Training loop checking validation accuracy


When training my model, at the end of each epoch I check the accuracy on the validation set. To do this I use model.eval() and then set it to model.train() after checking the validation set. This leads to an accuracy of around 90%. However when I run my model without checking the validation set until after the whole training is complete, the accuracy becomes 80%. This could be a random shift in the accuracy by the end, but I was wondering if I am doing something wrong. The code is roughly below. Check accuracy just feeds the dataloader through the model and compares the outputs to calc the accuracy

for e in range(epochs):
        for t, x in enumerate(my_dataloader):
            x_arr = np.array(x)
            x1 = x_arr[:,0]
            x1 = Batch.from_data_list(x1).to(device)
            x2 = torch.stack(x_arr[:,2].tolist(), dim=0).to(device=device, dtype=torch.long)
            x3 = x_arr[:, 3]
            x3 = Batch.from_data_list(x3).to(device)

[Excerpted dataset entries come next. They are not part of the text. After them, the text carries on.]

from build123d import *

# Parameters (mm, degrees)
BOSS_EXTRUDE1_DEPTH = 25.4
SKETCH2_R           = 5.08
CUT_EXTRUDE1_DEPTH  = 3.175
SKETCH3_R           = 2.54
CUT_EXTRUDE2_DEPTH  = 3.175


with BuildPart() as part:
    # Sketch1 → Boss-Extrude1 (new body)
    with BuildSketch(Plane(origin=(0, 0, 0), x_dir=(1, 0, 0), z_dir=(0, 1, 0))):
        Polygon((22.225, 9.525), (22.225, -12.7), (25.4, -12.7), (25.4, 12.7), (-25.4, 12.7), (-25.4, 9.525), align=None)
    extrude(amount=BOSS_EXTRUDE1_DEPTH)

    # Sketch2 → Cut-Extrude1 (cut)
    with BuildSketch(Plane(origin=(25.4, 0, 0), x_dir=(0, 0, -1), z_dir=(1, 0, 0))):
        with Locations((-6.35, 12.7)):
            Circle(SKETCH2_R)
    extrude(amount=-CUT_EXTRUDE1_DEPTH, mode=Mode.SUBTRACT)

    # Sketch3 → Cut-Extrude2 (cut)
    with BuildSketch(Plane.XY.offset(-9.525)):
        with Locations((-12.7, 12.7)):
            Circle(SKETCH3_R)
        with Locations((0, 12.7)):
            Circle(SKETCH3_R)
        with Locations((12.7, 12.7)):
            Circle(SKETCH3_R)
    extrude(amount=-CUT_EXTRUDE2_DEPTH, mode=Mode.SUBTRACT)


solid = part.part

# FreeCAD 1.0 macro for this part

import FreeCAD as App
import Part
import Sketcher
from FreeCAD import Vector
Q = App.Units.Quantity

doc = App.newDocument("Part")
body = doc.addObject("PartDesign::Body", "Body")

sketch1 = body.newObject("Sketcher::SketchObject", "Sketch")
sketch1.AttachmentSupport = (doc.getObject("XZ_Plane"), [""])
sketch1.MapMode = "FlatFace"
sketch1.addGeometry([
    Part.LineSegment(Vector(22.2, -9.5, 0), Vector(22.2, 12.7, 0)),
    Part.LineSegment(Vector(22.2, 12.7, 0), Vector(25.4, 12.7, 0)),
    Part.LineSegment(Vector(25.4, 12.7, 0), Vector(25.4, -12.7, 0)),
    Part.LineSegment(Vector(25.4, -12.7, 0), Vector(-25.4, -12.7, 0)),
    Part.LineSegment(Vector(-25.4, -12.7, 0), Vector(-25.4, -9.5, 0)),
    Part.LineSegment(Vector(-25.4, -9.5, 0), Vector(22.2, -9.5, 0)),
], False)
sketch1.addConstraint([
    Sketcher.Constraint("Coincident", 0, 2, 1, 1),
    Sketcher.Constraint("Coincident", 1, 2, 2, 1),
    Sketcher.Constraint("Coincident", 2, 2, 3, 1),
    Sketcher.Constraint("Coincident", 3, 2, 4, 1),
    Sketcher.Constraint("Coincident", 4, 2, 5, 1),
    Sketcher.Constraint("Coincident", 5, 2, 0, 1),
    Sketcher.Constraint("Vertical", 0),
    Sketcher.Constraint("Horizontal", 1),
    Sketcher.Constraint("Vertical", 2),
    Sketcher.Constraint("Horizontal", 3),
    Sketcher.Constraint("Vertical", 4),
    Sketcher.Constraint("Horizontal", 5),
    Sketcher.Constraint("Symmetric", 1, 2, 3, 2, -1, 1),
    Sketcher.Constraint("Equal", 1, 4),
    Sketcher.Constraint("DistanceX", 3, 2, 3, 1, Q("2 in")),
    Sketcher.Constraint("DistanceY", 2, 2, 2, 1, Q("1 in")),
    Sketcher.Constraint("DistanceX", 1, 1, 1, 2, Q("0.125 in")),
])
pad1 = body.newObject("PartDesign::Pad", "Pad")
pad1.Profile = sketch1
pad1.Length = Q("1 in")
pad1.Reversed = True

sketch2 = body.newObject("Sketcher::SketchObject", "Sketch001")
sketch2.AttachmentSupport = (doc.getObject("YZ_Plane"), [""])
sketch2.MapMode = "FlatFace"
sketch2.AttachmentOffset = App.Placement(Vector(0, 0, 1 * 25.4), App.Rotation())
sketch2.addGeometry(Part.Circle(Vector(13, 6, 0), Vector(0, 0, 1), 5), False)
sketch2.addConstraint([
    Sketcher.Constraint("Diameter", 0, Q("0.4 in")),
    Sketcher.Constraint("DistanceX", -1, 1, 0, 3, Q("0.5 in")),
    Sketcher.Constraint("DistanceY", -1, 1, 0, 3, Q("0.25 in")),
])
pocket1 = body.newObject("PartDesign::Pocket", "Pocket")
pocket1.Profile = sketch2
pocket1.Length = Q("0.125 in")

sketch3 = body.newObject("Sketcher::SketchObject", "Sketch002")
sketch3.AttachmentSupport = (doc.getObject("XY_Plane"), [""])
sketch3.MapMode = "FlatFace"
sketch3.AttachmentOffset = App.Placement(Vector(0, 0, -0.375 * 25.4), App.Rotation())
sketch3.addGeometry([
    Part.Circle(Vector(-12.7, 12.7, 0), Vector(0, 0, 1), 2.5),
    Part.Circle(Vector(0, 12.7, 0), Vector(0, 0, 1), 2.5),
    Part.Circle(Vector(12.7, 12.7, 0), Vector(0, 0, 1), 2.5),
], False)
sketch3.addConstraint([
    Sketcher.Constraint("Equal", 0, 1),
    Sketcher.Constraint("Equal", 1, 2),
    Sketcher.Constraint("Symmetric", 0, 3, 2, 3, -2),
    Sketcher.Constraint("PointOnObject", 1, 3, -2),
    Sketcher.Constraint("Horizontal", 0, 3, 1, 3),
    Sketcher.Constraint("Diameter", 0, Q("0.2 in")),
    Sketcher.Constraint("DistanceX", 0, 3, 2, 3, Q("1 in")),
    Sketcher.Constraint("DistanceY", -1, 1, 0, 3, Q("0.5 in")),
])
pocket2 = body.newObject("PartDesign::Pocket", "Pocket001")
pocket2.Profile = sketch3
pocket2.Length = Q("0.125 in")

doc.recompute()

            model.train()  # put model to training mode
            # x =  # move to device, e.g. GPU
            outputs = model(x1,x3,x2)
            # maxes = outputs.max(1)[0].reshape(-1,1)
            # print(len(maxes))
            loss = nn.CrossEntropyLoss(weight=weight)(outputs, x1.y)

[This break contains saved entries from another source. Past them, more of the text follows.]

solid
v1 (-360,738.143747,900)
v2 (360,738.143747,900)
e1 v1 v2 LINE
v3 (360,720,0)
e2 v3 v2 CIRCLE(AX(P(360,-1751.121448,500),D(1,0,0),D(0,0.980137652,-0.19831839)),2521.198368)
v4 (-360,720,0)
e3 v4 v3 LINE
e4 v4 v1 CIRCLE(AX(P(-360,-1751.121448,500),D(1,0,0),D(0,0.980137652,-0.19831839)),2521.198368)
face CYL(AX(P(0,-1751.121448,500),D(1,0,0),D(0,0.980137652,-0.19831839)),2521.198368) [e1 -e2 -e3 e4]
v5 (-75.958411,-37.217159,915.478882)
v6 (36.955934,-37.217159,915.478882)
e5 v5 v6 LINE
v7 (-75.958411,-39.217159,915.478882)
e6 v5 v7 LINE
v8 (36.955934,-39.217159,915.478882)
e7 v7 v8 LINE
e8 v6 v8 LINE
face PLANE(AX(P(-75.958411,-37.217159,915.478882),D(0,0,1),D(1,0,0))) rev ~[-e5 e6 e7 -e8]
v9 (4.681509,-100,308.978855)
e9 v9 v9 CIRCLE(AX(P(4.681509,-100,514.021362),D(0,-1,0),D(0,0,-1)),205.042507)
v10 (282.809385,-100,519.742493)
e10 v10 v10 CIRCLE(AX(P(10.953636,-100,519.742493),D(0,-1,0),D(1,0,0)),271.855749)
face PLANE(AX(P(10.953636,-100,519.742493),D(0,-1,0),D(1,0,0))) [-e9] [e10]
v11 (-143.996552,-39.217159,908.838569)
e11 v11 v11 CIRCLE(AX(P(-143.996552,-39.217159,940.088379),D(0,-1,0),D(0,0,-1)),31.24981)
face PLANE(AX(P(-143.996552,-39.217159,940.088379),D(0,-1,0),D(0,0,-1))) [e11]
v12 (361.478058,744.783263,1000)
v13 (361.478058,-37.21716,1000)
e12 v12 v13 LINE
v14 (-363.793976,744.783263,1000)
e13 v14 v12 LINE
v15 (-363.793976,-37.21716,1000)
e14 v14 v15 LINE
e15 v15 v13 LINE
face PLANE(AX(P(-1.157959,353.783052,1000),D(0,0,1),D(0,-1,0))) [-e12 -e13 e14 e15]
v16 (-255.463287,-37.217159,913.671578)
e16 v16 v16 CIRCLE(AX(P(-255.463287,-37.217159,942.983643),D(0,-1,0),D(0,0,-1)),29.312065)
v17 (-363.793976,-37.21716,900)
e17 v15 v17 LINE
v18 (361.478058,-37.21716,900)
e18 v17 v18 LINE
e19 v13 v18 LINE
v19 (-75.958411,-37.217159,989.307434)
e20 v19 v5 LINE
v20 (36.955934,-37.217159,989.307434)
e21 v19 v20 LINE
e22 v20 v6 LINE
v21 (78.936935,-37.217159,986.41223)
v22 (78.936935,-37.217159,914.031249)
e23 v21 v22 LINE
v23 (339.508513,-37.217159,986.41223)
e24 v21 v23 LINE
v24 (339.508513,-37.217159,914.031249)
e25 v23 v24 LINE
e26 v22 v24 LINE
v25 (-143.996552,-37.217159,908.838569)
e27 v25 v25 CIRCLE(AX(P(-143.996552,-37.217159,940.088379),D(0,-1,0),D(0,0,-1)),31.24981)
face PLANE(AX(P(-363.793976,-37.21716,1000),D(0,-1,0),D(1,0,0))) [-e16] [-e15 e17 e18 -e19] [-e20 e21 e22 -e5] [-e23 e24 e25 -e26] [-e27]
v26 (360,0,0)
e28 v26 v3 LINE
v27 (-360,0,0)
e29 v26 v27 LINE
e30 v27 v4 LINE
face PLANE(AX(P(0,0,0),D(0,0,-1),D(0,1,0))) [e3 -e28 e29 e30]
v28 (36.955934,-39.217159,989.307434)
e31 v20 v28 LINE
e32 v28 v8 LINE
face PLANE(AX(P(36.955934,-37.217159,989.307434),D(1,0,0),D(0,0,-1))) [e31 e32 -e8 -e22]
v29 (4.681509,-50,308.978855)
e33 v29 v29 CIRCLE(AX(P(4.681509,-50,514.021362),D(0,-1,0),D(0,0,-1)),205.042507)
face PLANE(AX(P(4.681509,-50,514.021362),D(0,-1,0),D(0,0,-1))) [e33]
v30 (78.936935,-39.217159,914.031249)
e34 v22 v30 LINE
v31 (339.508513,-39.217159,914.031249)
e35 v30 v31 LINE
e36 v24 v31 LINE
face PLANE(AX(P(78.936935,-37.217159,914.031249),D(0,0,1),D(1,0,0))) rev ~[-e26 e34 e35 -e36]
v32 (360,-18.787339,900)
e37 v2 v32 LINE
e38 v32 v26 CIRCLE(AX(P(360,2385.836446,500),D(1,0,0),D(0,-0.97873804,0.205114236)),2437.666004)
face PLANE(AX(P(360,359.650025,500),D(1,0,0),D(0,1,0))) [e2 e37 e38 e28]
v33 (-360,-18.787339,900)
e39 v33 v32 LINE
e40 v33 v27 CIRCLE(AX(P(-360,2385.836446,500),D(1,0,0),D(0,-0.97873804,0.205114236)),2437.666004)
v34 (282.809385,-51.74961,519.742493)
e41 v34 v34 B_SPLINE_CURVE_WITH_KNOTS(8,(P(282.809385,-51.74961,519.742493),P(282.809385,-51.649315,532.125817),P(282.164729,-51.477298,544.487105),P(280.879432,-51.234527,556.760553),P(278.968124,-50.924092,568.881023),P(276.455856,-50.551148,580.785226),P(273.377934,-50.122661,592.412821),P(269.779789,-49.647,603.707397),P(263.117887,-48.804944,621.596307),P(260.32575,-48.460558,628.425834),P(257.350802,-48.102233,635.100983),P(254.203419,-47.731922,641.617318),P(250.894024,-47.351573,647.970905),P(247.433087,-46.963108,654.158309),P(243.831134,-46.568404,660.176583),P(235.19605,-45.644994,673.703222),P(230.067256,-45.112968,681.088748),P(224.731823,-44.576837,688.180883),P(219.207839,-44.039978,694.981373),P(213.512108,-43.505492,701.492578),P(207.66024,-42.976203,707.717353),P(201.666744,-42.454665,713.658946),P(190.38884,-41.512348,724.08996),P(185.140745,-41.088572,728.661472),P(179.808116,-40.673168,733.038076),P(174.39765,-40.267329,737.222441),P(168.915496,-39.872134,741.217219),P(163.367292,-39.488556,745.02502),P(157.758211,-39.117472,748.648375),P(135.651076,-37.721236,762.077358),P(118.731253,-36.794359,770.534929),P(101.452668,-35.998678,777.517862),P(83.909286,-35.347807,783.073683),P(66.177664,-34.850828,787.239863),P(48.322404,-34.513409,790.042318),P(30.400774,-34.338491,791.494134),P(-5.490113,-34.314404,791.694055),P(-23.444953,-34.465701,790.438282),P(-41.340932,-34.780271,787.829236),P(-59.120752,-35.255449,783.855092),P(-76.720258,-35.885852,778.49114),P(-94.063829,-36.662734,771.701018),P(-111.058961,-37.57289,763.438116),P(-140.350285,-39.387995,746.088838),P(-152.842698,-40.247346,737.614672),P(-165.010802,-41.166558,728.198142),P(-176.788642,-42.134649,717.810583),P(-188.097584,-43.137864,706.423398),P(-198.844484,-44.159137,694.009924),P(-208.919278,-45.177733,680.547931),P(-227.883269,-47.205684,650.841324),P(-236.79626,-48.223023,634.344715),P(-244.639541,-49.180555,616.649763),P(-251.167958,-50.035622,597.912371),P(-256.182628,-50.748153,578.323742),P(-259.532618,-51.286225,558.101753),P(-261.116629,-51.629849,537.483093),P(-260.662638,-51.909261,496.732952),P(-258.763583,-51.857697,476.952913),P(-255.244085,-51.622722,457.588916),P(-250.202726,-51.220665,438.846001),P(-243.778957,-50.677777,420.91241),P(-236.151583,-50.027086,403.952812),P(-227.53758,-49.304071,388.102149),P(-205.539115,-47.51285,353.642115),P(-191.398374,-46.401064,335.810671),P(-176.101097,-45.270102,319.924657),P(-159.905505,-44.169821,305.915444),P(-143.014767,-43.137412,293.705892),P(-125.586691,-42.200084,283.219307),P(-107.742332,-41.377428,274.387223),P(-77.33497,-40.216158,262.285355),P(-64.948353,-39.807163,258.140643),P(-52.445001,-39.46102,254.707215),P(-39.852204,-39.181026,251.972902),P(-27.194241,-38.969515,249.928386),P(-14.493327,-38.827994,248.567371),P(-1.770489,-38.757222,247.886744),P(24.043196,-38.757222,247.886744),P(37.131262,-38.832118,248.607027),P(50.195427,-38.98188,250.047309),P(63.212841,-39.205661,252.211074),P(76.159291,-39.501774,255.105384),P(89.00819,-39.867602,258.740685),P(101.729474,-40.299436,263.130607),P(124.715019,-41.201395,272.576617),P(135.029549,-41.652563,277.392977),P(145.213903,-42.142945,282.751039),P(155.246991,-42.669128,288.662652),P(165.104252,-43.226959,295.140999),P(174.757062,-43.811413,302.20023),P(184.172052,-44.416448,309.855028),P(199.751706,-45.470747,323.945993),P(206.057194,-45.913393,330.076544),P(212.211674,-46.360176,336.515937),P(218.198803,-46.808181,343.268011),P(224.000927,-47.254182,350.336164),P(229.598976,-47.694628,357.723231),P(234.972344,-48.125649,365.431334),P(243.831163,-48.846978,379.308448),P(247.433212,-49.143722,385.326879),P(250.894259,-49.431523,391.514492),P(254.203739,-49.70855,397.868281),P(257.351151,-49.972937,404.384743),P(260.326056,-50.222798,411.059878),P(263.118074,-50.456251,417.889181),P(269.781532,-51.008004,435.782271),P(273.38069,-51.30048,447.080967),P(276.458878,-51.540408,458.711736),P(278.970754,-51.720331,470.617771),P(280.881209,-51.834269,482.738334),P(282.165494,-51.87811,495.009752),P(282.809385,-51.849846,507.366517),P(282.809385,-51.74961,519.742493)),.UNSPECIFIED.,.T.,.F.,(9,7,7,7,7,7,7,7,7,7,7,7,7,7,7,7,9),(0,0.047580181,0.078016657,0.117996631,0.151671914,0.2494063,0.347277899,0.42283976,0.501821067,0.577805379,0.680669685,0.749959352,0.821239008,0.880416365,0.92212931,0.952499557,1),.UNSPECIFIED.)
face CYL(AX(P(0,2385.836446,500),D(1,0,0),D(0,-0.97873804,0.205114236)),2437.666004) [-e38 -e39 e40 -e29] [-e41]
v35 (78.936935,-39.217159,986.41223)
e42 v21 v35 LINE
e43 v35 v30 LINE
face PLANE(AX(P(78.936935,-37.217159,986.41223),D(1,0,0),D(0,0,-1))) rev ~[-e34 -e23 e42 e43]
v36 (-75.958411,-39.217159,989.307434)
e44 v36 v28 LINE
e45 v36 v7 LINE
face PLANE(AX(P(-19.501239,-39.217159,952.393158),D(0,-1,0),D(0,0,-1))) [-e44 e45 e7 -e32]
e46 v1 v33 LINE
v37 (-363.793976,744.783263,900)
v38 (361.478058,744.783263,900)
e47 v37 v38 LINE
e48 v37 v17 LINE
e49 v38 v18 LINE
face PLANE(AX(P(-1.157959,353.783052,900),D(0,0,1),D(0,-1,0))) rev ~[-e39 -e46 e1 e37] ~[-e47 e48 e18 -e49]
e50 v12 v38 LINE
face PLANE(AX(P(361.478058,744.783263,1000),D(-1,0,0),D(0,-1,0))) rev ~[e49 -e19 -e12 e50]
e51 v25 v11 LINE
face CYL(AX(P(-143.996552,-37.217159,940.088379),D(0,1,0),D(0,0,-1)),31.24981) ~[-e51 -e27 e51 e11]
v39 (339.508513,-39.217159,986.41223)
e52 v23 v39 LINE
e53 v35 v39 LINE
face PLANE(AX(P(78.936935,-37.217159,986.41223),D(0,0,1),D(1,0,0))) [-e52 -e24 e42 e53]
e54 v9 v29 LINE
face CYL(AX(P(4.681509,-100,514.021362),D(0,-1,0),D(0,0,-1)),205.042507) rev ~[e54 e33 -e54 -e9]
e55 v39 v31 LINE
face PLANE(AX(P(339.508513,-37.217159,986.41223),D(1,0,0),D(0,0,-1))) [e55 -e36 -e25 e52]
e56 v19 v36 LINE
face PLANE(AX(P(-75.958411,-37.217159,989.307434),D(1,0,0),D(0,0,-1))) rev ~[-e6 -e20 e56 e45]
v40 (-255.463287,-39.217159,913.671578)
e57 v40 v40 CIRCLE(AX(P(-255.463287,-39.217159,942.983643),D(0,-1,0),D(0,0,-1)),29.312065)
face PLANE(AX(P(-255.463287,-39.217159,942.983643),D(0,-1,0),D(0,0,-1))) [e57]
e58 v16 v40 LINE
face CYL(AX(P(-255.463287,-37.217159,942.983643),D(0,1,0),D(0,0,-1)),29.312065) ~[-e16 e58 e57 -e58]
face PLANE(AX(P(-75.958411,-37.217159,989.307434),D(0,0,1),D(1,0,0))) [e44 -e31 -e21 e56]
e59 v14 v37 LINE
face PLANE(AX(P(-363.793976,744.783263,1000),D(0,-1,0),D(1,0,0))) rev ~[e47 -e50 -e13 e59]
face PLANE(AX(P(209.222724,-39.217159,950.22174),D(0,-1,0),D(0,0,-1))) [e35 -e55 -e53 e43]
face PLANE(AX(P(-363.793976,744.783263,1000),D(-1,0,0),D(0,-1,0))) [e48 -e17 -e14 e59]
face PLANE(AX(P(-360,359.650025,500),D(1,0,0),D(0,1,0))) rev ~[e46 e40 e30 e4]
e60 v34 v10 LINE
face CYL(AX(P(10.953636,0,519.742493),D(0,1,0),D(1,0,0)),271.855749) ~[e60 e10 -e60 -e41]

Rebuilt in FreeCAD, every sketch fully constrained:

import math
import FreeCAD as App
import Part
import Sketcher

V = App.Vector

doc = App.newDocument("Part")
body = doc.addObject("PartDesign::Body", "Body")

# Sketch on YZ plane
sketch1 = doc.addObject("Sketcher::SketchObject", "Sketch")
body.addObject(sketch1)
sketch1.AttachmentSupport = (doc.YZ_Plane, [""])
sketch1.MapMode = "FlatFace"
sketch1.addGeometry(Part.LineSegment(V(0, 0, 0), V(720, 0, 0)), False)
sketch1.addGeometry(Part.ArcOfCircle(Part.Circle(V(-1751.121448, 500, 0), V(0, 0, 1), 2521.198368), math.radians(-11.43864), math.radians(11.43864)), False)
sketch1.addGeometry(Part.LineSegment(V(720, 1000, 0), V(0, 1000, 0)), False)
sketch1.addGeometry(Part.ArcOfCircle(Part.Circle(V(2385.836446, 500, 0), V(0, 0, 1), 2437.666004), math.radians(168.163814), math.radians(191.836186)), False)
sketch1.addConstraint(Sketcher.Constraint("Coincident", 0, 2, 1, 1))
sketch1.addConstraint(Sketcher.Constraint("Coincident", 1, 2, 2, 1))
sketch1.addConstraint(Sketcher.Constraint("Coincident", 2, 2, 3, 1))
sketch1.addConstraint(Sketcher.Constraint("Coincident", 3, 2, 0, 1))
sketch1.addConstraint(Sketcher.Constraint("Horizontal", 0))
sketch1.addConstraint(Sketcher.Constraint("Horizontal", 2))
sketch1.addConstraint(Sketcher.Constraint("PointOnObject", 0, 2, -1))
sketch1.addConstraint(Sketcher.Constraint("PointOnObject", 2, 2, -2))
sketch1.addConstraint(Sketcher.Constraint("Horizontal", 1, 3, 3, 3))
sketch1.addConstraint(Sketcher.Constraint("Equal", 0, 2))
sketch1.addConstraint(Sketcher.Constraint("DistanceX", 0, 1, 0, 2, 720.0))
sketch1.addConstraint(Sketcher.Constraint("DistanceY", -1, 1, 1, 3, 500.0))
sketch1.addConstraint(Sketcher.Constraint("Radius", 1, 2521.198368))
sketch1.addConstraint(Sketcher.Constraint("Radius", 3, 2437.666004))
pad1 = doc.addObject("PartDesign::Pad", "Pad")
body.addObject(pad1)
pad1.Profile = sketch1
pad1.Type = "TwoLengths"
pad1.Length = 360
pad1.Length2 = 360

# Sketch on XZ plane
sketch2 = doc.addObject("Sketcher::SketchObject", "Sketch001")
body.addObject(sketch2)
sketch2.AttachmentSupport = (doc.XZ_Plane, [""])
sketch2.MapMode = "FlatFace"
sketch2.addGeometry(Part.Circle(V(10.953636, 519.742493, 0), V(0, 0, 1), 271.855749), False)
sketch2.addConstraint(Sketcher.Constraint("Diameter", 0, 543.711498))
sketch2.addConstraint(Sketcher.Constraint("DistanceX", -1, 1, 0, 3, 10.953636))
sketch2.addConstraint(Sketcher.Constraint("DistanceY", -1, 1, 0, 3, 519.742493))
pad2 = doc.addObject("PartDesign::Pad", "Pad001")
body.addObject(pad2)
pad2.Profile = sketch2
pad2.Length = 100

            # Update the parameters of the model using the gradients

            if t % print_every == 0:
                print('Epoch: %d, Iteration %d, loss = %.4f' % (e, t, loss.item()))
      with torch.no_grad():

        my_dataloader = DataListLoader(X_test, batch_size=128)
        acc, y_pred, y_true = check_accuracy(my_dataloader, model)

The code looks alright.
How reproducible is this behavior? I.e. how many runs did you try with and without the eval code and what is the mean+std of the final accuracy?